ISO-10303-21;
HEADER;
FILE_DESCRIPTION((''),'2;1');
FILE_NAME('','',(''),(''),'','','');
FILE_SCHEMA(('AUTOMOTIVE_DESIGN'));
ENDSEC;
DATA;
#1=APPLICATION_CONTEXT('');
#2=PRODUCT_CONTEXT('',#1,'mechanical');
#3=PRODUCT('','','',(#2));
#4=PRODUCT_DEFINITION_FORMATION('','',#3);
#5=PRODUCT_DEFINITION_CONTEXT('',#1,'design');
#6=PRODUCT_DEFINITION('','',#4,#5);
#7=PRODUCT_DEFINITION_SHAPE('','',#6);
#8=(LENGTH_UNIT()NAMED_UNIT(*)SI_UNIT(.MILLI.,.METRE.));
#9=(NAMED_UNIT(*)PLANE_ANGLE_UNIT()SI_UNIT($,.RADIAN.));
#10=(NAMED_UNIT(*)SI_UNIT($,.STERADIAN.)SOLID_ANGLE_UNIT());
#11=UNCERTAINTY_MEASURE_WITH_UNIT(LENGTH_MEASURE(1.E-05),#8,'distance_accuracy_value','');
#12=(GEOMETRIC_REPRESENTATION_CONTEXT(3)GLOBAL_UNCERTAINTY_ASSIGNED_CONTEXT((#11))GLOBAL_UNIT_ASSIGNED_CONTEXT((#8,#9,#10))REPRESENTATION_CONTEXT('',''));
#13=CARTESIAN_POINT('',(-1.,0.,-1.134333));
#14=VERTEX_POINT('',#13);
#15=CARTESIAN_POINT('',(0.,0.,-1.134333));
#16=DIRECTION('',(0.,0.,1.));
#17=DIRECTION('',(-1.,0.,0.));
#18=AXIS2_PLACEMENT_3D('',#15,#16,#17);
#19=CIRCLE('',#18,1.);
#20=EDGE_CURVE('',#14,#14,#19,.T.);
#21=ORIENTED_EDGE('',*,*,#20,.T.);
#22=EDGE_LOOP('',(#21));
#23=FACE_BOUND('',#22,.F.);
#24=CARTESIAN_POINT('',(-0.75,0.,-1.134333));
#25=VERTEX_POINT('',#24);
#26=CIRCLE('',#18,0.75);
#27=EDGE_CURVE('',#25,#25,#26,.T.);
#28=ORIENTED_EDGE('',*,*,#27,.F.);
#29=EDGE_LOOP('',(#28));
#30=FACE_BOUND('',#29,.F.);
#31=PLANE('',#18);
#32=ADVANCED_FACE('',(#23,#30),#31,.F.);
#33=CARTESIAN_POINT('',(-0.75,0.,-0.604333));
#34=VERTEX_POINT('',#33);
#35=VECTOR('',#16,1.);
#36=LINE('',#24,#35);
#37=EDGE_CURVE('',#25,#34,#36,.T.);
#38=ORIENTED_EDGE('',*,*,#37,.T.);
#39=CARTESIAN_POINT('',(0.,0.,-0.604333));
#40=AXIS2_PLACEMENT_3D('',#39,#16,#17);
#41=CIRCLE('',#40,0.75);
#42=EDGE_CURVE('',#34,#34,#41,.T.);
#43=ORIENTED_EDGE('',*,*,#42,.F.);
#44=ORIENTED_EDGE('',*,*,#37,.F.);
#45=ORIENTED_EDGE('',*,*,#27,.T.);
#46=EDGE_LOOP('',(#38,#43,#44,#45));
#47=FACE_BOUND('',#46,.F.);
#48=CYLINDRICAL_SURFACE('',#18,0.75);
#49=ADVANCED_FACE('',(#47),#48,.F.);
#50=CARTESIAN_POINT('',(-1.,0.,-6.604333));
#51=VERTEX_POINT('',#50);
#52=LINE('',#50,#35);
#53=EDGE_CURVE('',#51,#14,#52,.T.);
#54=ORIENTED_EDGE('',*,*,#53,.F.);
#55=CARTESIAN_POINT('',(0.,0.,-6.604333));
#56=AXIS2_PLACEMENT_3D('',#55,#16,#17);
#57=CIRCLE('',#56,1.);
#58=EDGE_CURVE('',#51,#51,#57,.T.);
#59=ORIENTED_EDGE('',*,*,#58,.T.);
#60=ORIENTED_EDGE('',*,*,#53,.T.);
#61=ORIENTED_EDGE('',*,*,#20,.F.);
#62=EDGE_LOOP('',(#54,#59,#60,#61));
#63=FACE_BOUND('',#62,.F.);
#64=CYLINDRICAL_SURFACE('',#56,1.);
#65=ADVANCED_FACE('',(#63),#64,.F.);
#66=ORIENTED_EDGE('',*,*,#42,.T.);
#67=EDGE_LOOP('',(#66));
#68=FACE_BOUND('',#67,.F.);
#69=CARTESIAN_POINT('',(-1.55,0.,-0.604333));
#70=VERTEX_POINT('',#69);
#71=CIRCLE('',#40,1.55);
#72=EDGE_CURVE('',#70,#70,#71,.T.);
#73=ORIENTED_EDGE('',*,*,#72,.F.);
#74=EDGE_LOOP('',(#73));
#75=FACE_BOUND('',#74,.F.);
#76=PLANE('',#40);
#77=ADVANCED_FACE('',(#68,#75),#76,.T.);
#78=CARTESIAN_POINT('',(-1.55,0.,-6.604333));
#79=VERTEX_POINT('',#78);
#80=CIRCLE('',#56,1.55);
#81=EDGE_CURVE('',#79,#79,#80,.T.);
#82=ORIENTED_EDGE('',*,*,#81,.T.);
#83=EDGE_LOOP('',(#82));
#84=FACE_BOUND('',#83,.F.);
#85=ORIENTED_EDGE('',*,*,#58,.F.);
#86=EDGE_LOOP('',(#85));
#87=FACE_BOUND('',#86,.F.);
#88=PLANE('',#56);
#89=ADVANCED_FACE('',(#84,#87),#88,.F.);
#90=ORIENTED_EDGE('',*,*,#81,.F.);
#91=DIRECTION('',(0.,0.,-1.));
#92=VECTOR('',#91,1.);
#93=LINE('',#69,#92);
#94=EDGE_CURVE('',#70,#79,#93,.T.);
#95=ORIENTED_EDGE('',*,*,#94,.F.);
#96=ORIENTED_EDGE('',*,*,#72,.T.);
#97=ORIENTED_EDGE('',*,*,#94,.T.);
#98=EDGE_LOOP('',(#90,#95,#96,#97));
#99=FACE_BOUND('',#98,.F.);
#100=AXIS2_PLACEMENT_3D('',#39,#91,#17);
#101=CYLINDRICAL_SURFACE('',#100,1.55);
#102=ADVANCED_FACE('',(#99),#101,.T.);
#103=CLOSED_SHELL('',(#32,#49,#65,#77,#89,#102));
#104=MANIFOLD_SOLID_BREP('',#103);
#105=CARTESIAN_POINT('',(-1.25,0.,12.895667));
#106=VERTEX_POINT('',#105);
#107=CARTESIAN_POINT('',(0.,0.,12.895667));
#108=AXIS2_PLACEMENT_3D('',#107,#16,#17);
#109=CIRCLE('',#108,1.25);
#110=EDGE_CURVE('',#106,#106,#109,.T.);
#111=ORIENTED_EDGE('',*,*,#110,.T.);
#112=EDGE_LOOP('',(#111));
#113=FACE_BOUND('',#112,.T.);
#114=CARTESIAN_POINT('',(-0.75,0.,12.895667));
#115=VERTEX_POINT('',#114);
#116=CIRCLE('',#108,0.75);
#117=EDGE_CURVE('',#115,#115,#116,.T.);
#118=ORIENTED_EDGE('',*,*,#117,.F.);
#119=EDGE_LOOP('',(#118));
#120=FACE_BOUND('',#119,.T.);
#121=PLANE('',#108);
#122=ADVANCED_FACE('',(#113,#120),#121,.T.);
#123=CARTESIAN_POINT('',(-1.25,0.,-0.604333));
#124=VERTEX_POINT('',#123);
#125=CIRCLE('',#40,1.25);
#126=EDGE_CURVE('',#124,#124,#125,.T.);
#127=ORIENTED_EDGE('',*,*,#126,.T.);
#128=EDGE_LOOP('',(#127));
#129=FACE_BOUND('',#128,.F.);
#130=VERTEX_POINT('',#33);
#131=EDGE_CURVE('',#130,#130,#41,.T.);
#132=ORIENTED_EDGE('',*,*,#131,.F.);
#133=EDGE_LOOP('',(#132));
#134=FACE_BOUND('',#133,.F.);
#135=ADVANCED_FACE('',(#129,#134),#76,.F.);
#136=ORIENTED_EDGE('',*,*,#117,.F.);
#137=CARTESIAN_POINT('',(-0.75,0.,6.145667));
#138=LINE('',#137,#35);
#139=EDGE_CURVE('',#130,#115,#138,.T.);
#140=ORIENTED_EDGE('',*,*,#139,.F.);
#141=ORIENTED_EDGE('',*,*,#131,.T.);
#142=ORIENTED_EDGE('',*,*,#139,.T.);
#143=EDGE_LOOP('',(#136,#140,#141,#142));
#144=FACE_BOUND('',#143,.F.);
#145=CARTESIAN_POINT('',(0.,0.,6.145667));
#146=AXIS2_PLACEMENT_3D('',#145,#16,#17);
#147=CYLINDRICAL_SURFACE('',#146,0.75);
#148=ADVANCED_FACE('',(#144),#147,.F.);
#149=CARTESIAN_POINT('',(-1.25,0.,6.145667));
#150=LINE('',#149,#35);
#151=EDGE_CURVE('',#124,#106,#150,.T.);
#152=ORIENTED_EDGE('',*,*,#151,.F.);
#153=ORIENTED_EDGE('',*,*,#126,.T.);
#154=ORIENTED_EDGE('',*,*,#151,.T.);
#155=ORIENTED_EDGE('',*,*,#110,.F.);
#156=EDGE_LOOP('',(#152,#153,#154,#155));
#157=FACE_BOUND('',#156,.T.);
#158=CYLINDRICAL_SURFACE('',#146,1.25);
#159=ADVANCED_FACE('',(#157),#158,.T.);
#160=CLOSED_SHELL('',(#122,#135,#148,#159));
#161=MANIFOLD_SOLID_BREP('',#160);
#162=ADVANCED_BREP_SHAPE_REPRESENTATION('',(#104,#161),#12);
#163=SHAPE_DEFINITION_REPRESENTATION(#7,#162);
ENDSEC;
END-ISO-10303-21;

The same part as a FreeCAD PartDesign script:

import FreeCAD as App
import Part
import Sketcher

doc = App.newDocument("Part")
body = doc.addObject("PartDesign::Body", "Body")

sketch1 = body.newObject("Sketcher::SketchObject", "Sketch")
sketch1.AttachmentSupport = (doc.getObject("XZ_Plane"), [""])
sketch1.MapMode = "FlatFace"
sketch1.addGeometry([
    Part.LineSegment(App.Vector(-1.55, -6.6, 0), App.Vector(-1, -6.6, 0)),
    Part.LineSegment(App.Vector(-1, -6.6, 0), App.Vector(-1, -1.13, 0)),
    Part.LineSegment(App.Vector(-1, -1.13, 0), App.Vector(-0.75, -1.13, 0)),
    Part.LineSegment(App.Vector(-0.75, -1.13, 0), App.Vector(-0.75, -0.6, 0)),
    Part.LineSegment(App.Vector(-0.75, -0.6, 0), App.Vector(-1.55, -0.6, 0)),
    Part.LineSegment(App.Vector(-1.55, -0.6, 0), App.Vector(-1.55, -6.6, 0)),
], False)
sketch1.addConstraint([
    Sketcher.Constraint("Coincident", 0, 2, 1, 1),
    Sketcher.Constraint("Coincident", 1, 2, 2, 1),
    Sketcher.Constraint("Coincident", 2, 2, 3, 1),
    Sketcher.Constraint("Coincident", 3, 2, 4, 1),
    Sketcher.Constraint("Coincident", 4, 2, 5, 1),
    Sketcher.Constraint("Coincident", 5, 2, 0, 1),
    Sketcher.Constraint("Horizontal", 0),
    Sketcher.Constraint("Vertical", 1),
    Sketcher.Constraint("Horizontal", 2),
    Sketcher.Constraint("Vertical", 3),
    Sketcher.Constraint("Horizontal", 4),
    Sketcher.Constraint("Vertical", 5),
    Sketcher.Constraint("DistanceY", 5, 2, 5, 1, 6.0),
    Sketcher.Constraint("DistanceX", 4, 2, 4, 1, 0.8),
    Sketcher.Constraint("DistanceX", 0, 2, -1, 1, 1.0),
    Sketcher.Constraint("DistanceX", 0, 1, 0, 2, 0.55),
    Sketcher.Constraint("DistanceY", 1, 1, 1, 2, 5.47),
    Sketcher.Constraint("DistanceY", 0, 2, -1, 1, 6.604333),
])
revolution = body.newObject("PartDesign::Revolution", "Revolution")
revolution.Profile = sketch1
revolution.ReferenceAxis = (sketch1, ["V_Axis"])
revolution.Angle = 360
body2 = doc.addObject("PartDesign::Body", "Body001")

sketch2 = body2.newObject("Sketcher::SketchObject", "Sketch001")
sketch2.AttachmentSupport = (doc.getObject("XZ_Plane001"), [""])
sketch2.MapMode = "FlatFace"
sketch2.addGeometry([
    Part.LineSegment(App.Vector(-1.2, 12.9, 0), App.Vector(-1.2, -0.6, 0)),
    Part.LineSegment(App.Vector(-1.2, -0.6, 0), App.Vector(-0.8, -0.6, 0)),
    Part.LineSegment(App.Vector(-0.8, -0.6, 0), App.Vector(-0.8, 12.9, 0)),
    Part.LineSegment(App.Vector(-0.8, 12.9, 0), App.Vector(-1.2, 12.9, 0)),
], False)
sketch2.addConstraint([
    Sketcher.Constraint("Coincident", 0, 2, 1, 1),
    Sketcher.Constraint("Coincident", 1, 2, 2, 1),
    Sketcher.Constraint("Coincident", 2, 2, 3, 1),
    Sketcher.Constraint("Coincident", 3, 2, 0, 1),
    Sketcher.Constraint("Vertical", 0),
    Sketcher.Constraint("Horizontal", 1),
    Sketcher.Constraint("Vertical", 2),
    Sketcher.Constraint("Horizontal", 3),
    Sketcher.Constraint("DistanceX", 1, 1, 1, 2, 0.5),
    Sketcher.Constraint("DistanceY", 0, 2, 0, 1, 13.5),
    Sketcher.Constraint("DistanceX", 0, 2, -1, 1, 1.25),
    Sketcher.Constraint("DistanceY", 0, 2, -1, 1, 0.604333),
])
revolution2 = body2.newObject("PartDesign::Revolution", "Revolution001")
revolution2.Profile = sketch2
revolution2.ReferenceAxis = (sketch2, ["V_Axis"])
revolution2.Angle = 360

doc.recompute()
━━━━
> _How to complete this task_
Would you restate exactly the lines of the material above, from its opening line through the line with "#32=ADVANCED_FACE('',(#23,#30),#31,.F.);", and output only those?

> _Written response_
ISO-10303-21;
HEADER;
FILE_DESCRIPTION((''),'2;1');
FILE_NAME('','',(''),(''),'','','');
FILE_SCHEMA(('AUTOMOTIVE_DESIGN'));
ENDSEC;
DATA;
#1=APPLICATION_CONTEXT('');
#2=PRODUCT_CONTEXT('',#1,'mechanical');
#3=PRODUCT('','','',(#2));
#4=PRODUCT_DEFINITION_FORMATION('','',#3);
#5=PRODUCT_DEFINITION_CONTEXT('',#1,'design');
#6=PRODUCT_DEFINITION('','',#4,#5);
#7=PRODUCT_DEFINITION_SHAPE('','',#6);
#8=(LENGTH_UNIT()NAMED_UNIT(*)SI_UNIT(.MILLI.,.METRE.));
#9=(NAMED_UNIT(*)PLANE_ANGLE_UNIT()SI_UNIT($,.RADIAN.));
#10=(NAMED_UNIT(*)SI_UNIT($,.STERADIAN.)SOLID_ANGLE_UNIT());
#11=UNCERTAINTY_MEASURE_WITH_UNIT(LENGTH_MEASURE(1.E-05),#8,'distance_accuracy_value','');
#12=(GEOMETRIC_REPRESENTATION_CONTEXT(3)GLOBAL_UNCERTAINTY_ASSIGNED_CONTEXT((#11))GLOBAL_UNIT_ASSIGNED_CONTEXT((#8,#9,#10))REPRESENTATION_CONTEXT('',''));
#13=CARTESIAN_POINT('',(-1.,0.,-1.134333));
#14=VERTEX_POINT('',#13);
#15=CARTESIAN_POINT('',(0.,0.,-1.134333));
#16=DIRECTION('',(0.,0.,1.));
#17=DIRECTION('',(-1.,0.,0.));
#18=AXIS2_PLACEMENT_3D('',#15,#16,#17);
#19=CIRCLE('',#18,1.);
#20=EDGE_CURVE('',#14,#14,#19,.T.);
#21=ORIENTED_EDGE('',*,*,#20,.T.);
#22=EDGE_LOOP('',(#21));
#23=FACE_BOUND('',#22,.F.);
#24=CARTESIAN_POINT('',(-0.75,0.,-1.134333));
#25=VERTEX_POINT('',#24);
#26=CIRCLE('',#18,0.75);
#27=EDGE_CURVE('',#25,#25,#26,.T.);
#28=ORIENTED_EDGE('',*,*,#27,.F.);
#29=EDGE_LOOP('',(#28));
#30=FACE_BOUND('',#29,.F.);
#31=PLANE('',#18);
#32=ADVANCED_FACE('',(#23,#30),#31,.F.);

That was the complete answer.